We can re-run the failure above or view the code for it:
$ ./Fuzzlyn/bin/Release/net7.0/linux-arm64/publish/Fuzzlyn --seed 12967064399465141584 -host /home/alahay01/dotnet/runtime_bools/artifacts/tests/coreclr/linux.arm64.Checked/Tests/Core_Root/corerun Found example with seed 12967064399465141584 $ ./Fuzzlyn/bin/Release/net7.0/linux-arm64/publish/Fuzzlyn --seed 12967064399465141584 -host /home/alahay01/dotnet/runtime_bools/artifacts/tests/coreclr/linux.arm64.Checked/Tests/Core_Root/corerun --output-source // Generated by Fuzzlyn v1.6 on 2023-10-24 15:00:17 // Run on Arm64 Linux // Seed: 12967064399465141584 using System.Runtime.CompilerServices; public class Program { public static Fuzzlyn.ExecutionServer.IRuntime s_rt; public static bool s_1 = true; public static uint s_2 = 4294967294U; public static ulong[] s_3 = new ulong[]{1UL, 16888081499558940079UL, 1UL, 14466453191820878323UL, 0UL}; public static bool s_4 = true; public static ulong s_5 = 0UL; public static long s_6 = 1L; public static byte s_7 = 143; public static sbyte s_8 = -2; public static ushort s_9 = 1; public static ulong s_10 = 1UL; public static uint[] s_11 = new uint[]{4294967294U, 1U, 0U, 0U, 1U, 2280772701U}; public static bool s_12 = false; public static byte s_13 = 7; public static int s_14 = -28519332; <SNIP>
The full program can be compiled by itself outside of Fuzzlyn but is over 5000 lines and looks a little weird (but maybe not so once you consider the random nature). If that feels too big to debug easily, then Fuzzlyn can reduce it down. It incrementally bisects the program into smaller pieces until it finds the smallest piece that still generates the same error.
$ ./Fuzzlyn/bin/Release/net7.0/linux-arm64/publish/Fuzzlyn --seed 12967064399465141584 -host /home/alahay01/dotnet/runtime_bools/artifacts/tests/coreclr/linux.arm64.Checked/Tests/Core_Root/corerun --reduce Simplifying Coarsely. Total elapsed: 00:00:33. Method 90/90. Simplifying Statements. Total elapsed: 00:00:53. Iter: 187/187 Simplifying Expressions. Total elapsed: 00:00:57. Iter: 1029/1029 Simplifying Members. Total elapsed: 00:01:03. Iter: 10/10 Simplifying Statements. Total elapsed: 00:01:03. Iter: 15/15 Simplifying Expressions. Total elapsed: 00:01:03. Iter: 49/49 Simplifying Members. Total elapsed: 00:01:03. Iter: 7/7 Simplifying Statements. Total elapsed: 00:01:04. Iter: 9/9 Simplifying Expressions. Total elapsed: 00:01:04. Iter: 34/34 Simplifying Members.
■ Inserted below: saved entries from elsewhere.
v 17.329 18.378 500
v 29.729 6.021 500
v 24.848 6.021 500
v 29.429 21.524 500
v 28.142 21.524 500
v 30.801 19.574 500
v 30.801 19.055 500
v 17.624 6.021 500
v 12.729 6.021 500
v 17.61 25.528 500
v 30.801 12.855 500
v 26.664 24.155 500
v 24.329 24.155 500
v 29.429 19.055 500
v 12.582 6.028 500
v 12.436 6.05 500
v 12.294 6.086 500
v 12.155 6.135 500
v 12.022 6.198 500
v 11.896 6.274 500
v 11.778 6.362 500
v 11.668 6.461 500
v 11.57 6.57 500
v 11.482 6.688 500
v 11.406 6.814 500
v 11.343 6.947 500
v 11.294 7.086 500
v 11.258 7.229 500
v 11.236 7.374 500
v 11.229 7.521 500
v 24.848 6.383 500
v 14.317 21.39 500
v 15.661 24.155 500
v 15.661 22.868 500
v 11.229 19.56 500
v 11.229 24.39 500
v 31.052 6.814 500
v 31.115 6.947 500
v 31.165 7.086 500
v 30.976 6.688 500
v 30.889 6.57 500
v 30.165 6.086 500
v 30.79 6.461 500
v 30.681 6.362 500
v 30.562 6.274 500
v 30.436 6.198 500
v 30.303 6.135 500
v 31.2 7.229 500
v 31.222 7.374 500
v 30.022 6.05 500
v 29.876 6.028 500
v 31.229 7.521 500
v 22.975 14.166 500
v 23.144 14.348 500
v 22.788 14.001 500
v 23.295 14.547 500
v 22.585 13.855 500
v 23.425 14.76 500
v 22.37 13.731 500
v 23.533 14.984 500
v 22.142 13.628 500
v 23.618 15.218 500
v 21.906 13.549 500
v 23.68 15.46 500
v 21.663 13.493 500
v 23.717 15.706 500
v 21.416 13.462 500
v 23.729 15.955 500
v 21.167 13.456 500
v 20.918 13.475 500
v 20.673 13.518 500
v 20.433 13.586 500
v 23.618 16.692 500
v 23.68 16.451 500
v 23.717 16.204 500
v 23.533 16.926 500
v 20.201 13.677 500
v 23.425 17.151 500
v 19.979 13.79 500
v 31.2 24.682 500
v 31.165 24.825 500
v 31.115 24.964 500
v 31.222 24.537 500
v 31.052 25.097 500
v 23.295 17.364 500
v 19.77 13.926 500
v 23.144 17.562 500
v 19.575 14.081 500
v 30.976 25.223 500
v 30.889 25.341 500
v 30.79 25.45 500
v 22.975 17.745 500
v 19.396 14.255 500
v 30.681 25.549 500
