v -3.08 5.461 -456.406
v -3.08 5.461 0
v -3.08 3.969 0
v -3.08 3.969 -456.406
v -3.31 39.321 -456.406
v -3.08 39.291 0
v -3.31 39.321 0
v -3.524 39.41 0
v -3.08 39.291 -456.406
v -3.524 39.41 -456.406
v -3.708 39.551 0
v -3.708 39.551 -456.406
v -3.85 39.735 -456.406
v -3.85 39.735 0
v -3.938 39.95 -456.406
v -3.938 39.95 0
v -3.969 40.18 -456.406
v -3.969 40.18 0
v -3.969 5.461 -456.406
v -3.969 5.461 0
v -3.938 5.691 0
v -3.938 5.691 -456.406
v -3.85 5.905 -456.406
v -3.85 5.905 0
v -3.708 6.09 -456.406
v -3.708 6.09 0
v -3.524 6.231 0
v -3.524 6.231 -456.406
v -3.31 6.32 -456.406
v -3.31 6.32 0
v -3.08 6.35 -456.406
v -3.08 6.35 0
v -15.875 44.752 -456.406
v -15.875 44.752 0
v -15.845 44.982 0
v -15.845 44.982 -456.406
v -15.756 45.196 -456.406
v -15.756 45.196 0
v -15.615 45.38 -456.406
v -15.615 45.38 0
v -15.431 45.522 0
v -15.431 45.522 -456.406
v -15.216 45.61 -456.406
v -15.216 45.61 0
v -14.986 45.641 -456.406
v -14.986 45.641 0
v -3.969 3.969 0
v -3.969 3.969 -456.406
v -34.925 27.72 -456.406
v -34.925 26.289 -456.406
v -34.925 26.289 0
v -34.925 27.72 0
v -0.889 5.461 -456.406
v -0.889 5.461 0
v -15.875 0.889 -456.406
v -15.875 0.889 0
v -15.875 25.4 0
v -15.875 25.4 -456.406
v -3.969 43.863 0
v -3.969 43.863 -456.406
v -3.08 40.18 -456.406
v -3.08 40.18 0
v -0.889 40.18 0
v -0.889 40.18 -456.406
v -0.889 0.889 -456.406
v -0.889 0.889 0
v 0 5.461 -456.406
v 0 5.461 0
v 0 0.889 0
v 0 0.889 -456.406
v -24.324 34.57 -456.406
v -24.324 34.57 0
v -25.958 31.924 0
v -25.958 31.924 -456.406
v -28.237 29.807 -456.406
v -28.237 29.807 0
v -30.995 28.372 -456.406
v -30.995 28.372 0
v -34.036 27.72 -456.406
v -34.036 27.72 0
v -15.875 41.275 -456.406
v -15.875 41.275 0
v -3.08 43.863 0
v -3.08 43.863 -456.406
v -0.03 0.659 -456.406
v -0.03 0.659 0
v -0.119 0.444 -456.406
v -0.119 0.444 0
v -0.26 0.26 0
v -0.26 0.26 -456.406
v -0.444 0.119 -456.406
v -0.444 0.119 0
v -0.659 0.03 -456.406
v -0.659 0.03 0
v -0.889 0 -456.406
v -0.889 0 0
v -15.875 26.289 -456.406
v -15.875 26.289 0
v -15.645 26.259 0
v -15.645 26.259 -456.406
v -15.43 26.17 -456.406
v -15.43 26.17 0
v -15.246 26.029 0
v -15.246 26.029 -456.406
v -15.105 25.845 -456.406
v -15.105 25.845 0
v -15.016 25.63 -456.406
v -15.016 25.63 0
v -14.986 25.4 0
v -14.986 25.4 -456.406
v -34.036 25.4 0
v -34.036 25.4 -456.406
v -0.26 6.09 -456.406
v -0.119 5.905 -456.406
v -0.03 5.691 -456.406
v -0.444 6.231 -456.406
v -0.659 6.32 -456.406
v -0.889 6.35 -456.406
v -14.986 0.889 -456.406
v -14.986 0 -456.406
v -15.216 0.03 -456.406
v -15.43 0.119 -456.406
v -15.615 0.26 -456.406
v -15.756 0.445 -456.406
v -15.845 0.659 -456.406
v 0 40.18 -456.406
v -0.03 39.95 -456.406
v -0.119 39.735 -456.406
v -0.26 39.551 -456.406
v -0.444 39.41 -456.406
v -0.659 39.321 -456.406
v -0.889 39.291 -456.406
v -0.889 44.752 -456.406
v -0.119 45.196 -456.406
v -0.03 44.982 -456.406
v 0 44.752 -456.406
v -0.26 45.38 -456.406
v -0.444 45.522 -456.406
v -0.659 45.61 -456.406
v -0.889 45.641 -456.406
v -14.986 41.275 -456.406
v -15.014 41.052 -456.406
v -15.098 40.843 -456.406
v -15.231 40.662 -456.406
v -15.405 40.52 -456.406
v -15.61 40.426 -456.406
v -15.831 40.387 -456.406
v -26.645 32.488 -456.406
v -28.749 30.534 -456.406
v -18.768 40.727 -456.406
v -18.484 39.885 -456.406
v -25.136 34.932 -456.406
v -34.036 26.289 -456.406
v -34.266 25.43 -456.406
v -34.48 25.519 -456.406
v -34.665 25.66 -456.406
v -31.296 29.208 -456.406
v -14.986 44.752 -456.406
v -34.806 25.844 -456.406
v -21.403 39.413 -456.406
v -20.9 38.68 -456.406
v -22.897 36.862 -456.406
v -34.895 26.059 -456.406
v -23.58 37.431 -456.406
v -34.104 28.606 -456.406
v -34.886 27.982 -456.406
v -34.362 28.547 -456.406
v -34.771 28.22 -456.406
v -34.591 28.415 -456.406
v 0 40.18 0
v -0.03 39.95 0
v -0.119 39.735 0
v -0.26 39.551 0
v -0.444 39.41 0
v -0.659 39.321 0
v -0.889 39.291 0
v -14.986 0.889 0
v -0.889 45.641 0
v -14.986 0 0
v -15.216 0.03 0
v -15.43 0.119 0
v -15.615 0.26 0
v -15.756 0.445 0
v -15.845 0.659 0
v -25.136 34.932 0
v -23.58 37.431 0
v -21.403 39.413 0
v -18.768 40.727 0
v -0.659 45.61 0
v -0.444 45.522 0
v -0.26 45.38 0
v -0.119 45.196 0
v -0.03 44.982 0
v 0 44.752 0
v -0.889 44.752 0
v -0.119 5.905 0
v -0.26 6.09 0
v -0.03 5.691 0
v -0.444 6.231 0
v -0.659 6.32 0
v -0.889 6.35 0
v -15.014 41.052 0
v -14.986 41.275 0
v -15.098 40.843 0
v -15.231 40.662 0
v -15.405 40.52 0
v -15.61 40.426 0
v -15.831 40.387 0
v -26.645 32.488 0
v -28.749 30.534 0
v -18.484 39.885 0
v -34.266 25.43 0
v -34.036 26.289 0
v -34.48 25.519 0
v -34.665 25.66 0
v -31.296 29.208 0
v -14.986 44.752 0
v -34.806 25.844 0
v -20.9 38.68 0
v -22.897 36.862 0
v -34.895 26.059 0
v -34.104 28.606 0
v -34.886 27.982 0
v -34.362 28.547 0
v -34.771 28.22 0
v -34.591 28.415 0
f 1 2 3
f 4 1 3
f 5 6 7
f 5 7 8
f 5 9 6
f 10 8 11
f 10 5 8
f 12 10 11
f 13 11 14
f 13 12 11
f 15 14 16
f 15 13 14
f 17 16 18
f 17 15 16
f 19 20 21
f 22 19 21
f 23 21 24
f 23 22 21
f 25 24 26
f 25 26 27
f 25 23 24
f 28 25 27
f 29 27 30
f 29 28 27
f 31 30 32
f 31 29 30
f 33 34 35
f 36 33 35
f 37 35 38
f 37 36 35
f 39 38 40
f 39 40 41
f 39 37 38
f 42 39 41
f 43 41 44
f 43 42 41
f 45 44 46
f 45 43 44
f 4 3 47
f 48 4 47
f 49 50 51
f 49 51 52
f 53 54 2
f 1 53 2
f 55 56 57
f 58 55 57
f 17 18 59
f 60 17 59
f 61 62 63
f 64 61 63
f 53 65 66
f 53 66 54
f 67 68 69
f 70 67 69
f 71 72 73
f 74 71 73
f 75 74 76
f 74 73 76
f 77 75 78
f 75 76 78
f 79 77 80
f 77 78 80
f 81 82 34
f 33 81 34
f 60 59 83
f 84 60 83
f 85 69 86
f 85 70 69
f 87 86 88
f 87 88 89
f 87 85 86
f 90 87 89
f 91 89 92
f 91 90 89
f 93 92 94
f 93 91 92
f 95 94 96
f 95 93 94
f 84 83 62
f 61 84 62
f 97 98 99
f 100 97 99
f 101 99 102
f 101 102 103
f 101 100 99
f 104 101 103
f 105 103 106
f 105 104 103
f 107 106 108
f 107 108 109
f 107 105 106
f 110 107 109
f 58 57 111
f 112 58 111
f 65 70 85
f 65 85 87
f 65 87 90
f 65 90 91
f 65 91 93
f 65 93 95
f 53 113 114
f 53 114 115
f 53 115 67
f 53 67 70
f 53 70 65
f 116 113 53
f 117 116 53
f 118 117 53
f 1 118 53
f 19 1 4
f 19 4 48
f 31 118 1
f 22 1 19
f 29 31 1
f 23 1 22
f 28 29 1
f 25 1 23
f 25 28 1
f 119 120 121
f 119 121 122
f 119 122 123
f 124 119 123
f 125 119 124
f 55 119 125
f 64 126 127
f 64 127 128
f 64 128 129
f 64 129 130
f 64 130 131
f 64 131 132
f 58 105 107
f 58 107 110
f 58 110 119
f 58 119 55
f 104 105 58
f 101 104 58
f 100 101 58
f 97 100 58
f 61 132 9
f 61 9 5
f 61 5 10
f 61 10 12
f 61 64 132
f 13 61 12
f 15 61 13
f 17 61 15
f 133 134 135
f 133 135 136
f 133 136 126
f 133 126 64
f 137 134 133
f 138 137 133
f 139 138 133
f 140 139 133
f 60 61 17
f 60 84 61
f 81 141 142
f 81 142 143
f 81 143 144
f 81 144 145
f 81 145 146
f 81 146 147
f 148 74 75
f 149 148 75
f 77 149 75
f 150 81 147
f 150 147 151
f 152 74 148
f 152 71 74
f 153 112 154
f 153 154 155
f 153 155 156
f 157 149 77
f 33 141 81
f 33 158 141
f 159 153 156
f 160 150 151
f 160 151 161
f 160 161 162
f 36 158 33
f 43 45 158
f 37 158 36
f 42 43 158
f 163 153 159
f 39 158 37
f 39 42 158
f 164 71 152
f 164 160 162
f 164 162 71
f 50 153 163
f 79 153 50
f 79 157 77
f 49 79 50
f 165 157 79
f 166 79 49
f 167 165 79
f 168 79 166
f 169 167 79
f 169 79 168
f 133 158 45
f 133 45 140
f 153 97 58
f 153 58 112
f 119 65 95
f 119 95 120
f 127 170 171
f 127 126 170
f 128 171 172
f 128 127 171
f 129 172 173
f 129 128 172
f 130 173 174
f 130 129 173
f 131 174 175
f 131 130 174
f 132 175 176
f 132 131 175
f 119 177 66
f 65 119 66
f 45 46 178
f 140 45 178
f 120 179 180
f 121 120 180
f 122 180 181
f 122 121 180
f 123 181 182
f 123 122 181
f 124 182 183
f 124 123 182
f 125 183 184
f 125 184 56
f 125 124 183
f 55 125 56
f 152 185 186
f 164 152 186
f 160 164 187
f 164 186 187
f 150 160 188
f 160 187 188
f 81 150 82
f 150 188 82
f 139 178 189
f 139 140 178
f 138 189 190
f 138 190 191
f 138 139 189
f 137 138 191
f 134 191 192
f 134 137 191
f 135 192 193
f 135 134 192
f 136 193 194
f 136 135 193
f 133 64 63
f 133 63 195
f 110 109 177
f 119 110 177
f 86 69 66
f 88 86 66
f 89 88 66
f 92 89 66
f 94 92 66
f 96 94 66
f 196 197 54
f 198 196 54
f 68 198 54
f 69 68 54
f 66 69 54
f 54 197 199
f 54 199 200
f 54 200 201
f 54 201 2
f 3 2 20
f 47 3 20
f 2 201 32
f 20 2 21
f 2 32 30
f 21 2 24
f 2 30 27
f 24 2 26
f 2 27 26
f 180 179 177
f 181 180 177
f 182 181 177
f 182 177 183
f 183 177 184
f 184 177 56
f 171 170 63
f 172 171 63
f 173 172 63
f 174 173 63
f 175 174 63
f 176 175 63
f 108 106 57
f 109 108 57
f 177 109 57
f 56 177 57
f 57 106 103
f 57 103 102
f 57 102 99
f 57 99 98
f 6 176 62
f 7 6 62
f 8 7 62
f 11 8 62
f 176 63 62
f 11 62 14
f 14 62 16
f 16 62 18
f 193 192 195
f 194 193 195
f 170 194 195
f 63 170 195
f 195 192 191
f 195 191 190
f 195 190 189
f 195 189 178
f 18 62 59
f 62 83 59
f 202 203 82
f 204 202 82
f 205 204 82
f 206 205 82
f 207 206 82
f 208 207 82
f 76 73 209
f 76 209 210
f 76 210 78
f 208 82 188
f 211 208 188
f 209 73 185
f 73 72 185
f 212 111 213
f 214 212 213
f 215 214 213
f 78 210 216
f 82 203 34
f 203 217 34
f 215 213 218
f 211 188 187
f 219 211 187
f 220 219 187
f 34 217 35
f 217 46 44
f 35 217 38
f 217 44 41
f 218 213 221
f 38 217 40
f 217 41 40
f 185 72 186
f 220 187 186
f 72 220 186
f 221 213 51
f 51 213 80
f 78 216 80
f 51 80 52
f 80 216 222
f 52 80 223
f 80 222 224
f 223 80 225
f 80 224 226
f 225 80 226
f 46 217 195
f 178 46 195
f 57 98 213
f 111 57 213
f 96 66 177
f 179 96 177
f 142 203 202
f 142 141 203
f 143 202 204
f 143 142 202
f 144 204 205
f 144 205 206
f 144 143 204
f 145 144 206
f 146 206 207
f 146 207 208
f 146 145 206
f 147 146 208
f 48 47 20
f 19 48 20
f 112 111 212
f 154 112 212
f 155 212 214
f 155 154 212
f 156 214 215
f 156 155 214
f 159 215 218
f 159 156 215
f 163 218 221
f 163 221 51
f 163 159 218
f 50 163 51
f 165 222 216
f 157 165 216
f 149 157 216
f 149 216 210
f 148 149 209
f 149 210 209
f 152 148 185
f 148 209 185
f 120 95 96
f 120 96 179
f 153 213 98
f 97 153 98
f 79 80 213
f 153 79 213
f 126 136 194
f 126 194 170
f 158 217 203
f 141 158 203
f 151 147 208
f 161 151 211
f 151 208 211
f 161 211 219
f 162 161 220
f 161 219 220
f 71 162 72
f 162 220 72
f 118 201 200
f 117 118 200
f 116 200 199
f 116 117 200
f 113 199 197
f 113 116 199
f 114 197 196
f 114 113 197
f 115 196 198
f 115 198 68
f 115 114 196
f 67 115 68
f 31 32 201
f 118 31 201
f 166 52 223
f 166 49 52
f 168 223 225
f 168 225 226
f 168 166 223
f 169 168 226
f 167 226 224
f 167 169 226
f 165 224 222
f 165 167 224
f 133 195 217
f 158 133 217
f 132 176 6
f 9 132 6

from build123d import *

# Parameters (mm, degrees)
EXTRUDE_THIN1_DEPTH = 456.40625
FILLET1_R           = 0.889


with BuildPart() as part:
    # Sketch1 → Extrude-Thin1 (new body)
    with BuildSketch(Plane.XY):
        with BuildLine():
            Line((-3.96875, 3.96875), (-3.96875, 6.35))
            Line((-3.96875, 6.35), (0, 6.35))
            Line((0, 6.35), (0, 0))
            Line((0, 0), (-15.875, 0))
            Line((-15.875, 0), (-15.875, 25.4))
            Line((-15.875, 25.4), (-34.925, 25.4))
            Line((-34.925, 25.4), (-34.925, 28.575))
            ThreePointArc((-34.925, 28.575), (-29.089166411, 30.303541744), (-25.13609411, 34.931503458))
            ThreePointArc((-25.13609411, 34.931503458), (-21.402652939, 39.412968218), (-15.875, 41.275))
            Line((-15.875, 41.275), (-15.875, 45.640625))
            Line((-15.875, 45.640625), (0, 45.640625))
            Line((0, 45.640625), (0, 39.290625))
            Line((0, 39.290625), (-3.96875, 39.290625))
            Line((-3.96875, 39.290625), (-3.96875, 43.862625))
            Line((-3.96875, 43.862625), (-3.07975, 43.862625))
            Line((-3.07975, 43.862625), (-3.07975, 40.179625))
            Line((-3.07975, 40.179625), (-0.889, 40.179625))
            Line((-0.889, 40.179625), (-0.889, 44.751625))
            Line((-0.889, 44.751625), (-14.986, 44.751625))
            Line((-14.986, 44.751625), (-14.986, 40.39236674))
            ThreePointArc((-14.986, 40.39236674), (-20.546471616, 38.910847666), (-24.323977473, 34.569857819))
            ThreePointArc((-24.323977473, 34.569857819), (-28.236581443, 29.80735665), (-34.036, 27.720102091))
            Line((-34.036, 27.720102091), (-34.036, 26.289))
            Line((-34.036, 26.289), (-14.986, 26.289))
            Line((-14.986, 26.289), (-14.986, 0.889))
            Line((-14.986, 0.889), (-0.889, 0.889))
            Line((-0.889, 0.889), (-0.889, 5.461))
            Line((-0.889, 5.461), (-3.07975, 5.461))
            Line((-3.07975, 5.461), (-3.07975, 3.96875))
            Line((-3.07975, 3.96875), (-3.96875, 3.96875))
        make_face()
    extrude(amount=-EXTRUDE_THIN1_DEPTH)

    # Fillet1
    fillet1_edges = [part.edges().sort_by_distance(p)[0] for p in [
        (-14.986, 40.39236674, -228.203125),
        (-14.986, 26.289, -228.203125),
        (-3.96875, 6.35, -228.203125),
        (0, 6.35, -228.203125),
        (0, 0, -228.203125),
        (-15.875, 0, -228.203125),
        (-34.925, 25.4, -228.203125),
        (-34.925, 28.575, -228.203125),
        (-15.875, 45.640625, -228.203125),
        (0, 45.640625, -228.203125),
        (0, 39.290625, -228.203125),
        (-3.96875, 39.290625, -228.203125),
    ]]
    fillet(fillet1_edges, radius=FILLET1_R)


solid = part.part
Total elapsed: 00:01:04. Iter: 7/7 Simplifying Statements. Total elapsed: 00:01:04. Iter: 9/9 Simplifying Expressions. Total elapsed: 00:01:04. Iter: 34/34 Simplifying Members. Total elapsed: 00:01:04. Iter: 7/7 // Generated by Fuzzlyn v1.6 on 2023-10-24 15:02:19 // Run on Arm64 Linux // Seed: 12967064399465141584 // Reduced from 199.5 KiB to 0.4 KiB in 00:01:07 // Debug: Outputs 0 // Release: Outputs 2147483647 using System.Runtime.CompilerServices; public class Program { public static bool s_34; public static int s_40; public static void Main() { var vr1 = M58(); System.Console.WriteLine(vr1); } public static int M58() { if (s_34) { return 2147483647; } return s_40; } }
The whole process can take a couple of minutes. But the result is a program that is much easier to debug. The reduced form is also ideal for adding back into the testsuite once your bug has been fixed.
There are a few gaps in using Fuzzlyn (or indeed, any fuzzer tool).
Firstly, if your .NET is heavily broken then it may become tricky to test in Fuzzlyn. Every failing program reduces to the same boilerplate entry function. In those cases, other tools are better at resolving your issues, and you should probably go check SPMI first. In fact, you should always check SPMI replay is clean before trying Fuzzlyn.
Secondly, how long should Fuzzlyn run for before you can be certain it has not found any bugs? Is 1 minute ok, or 10 minutes? When debugging an issue we had with a peephole optimization patch, a corner case issue inside the GC would only trigger once every 30 minutes. With random execution, it is difficult to have guaranteed certainty.
That is everything I wanted to cover in this blog series Over 2 posts we have talked about:
I hope that this blog series is useful and helps you on your .NET journey.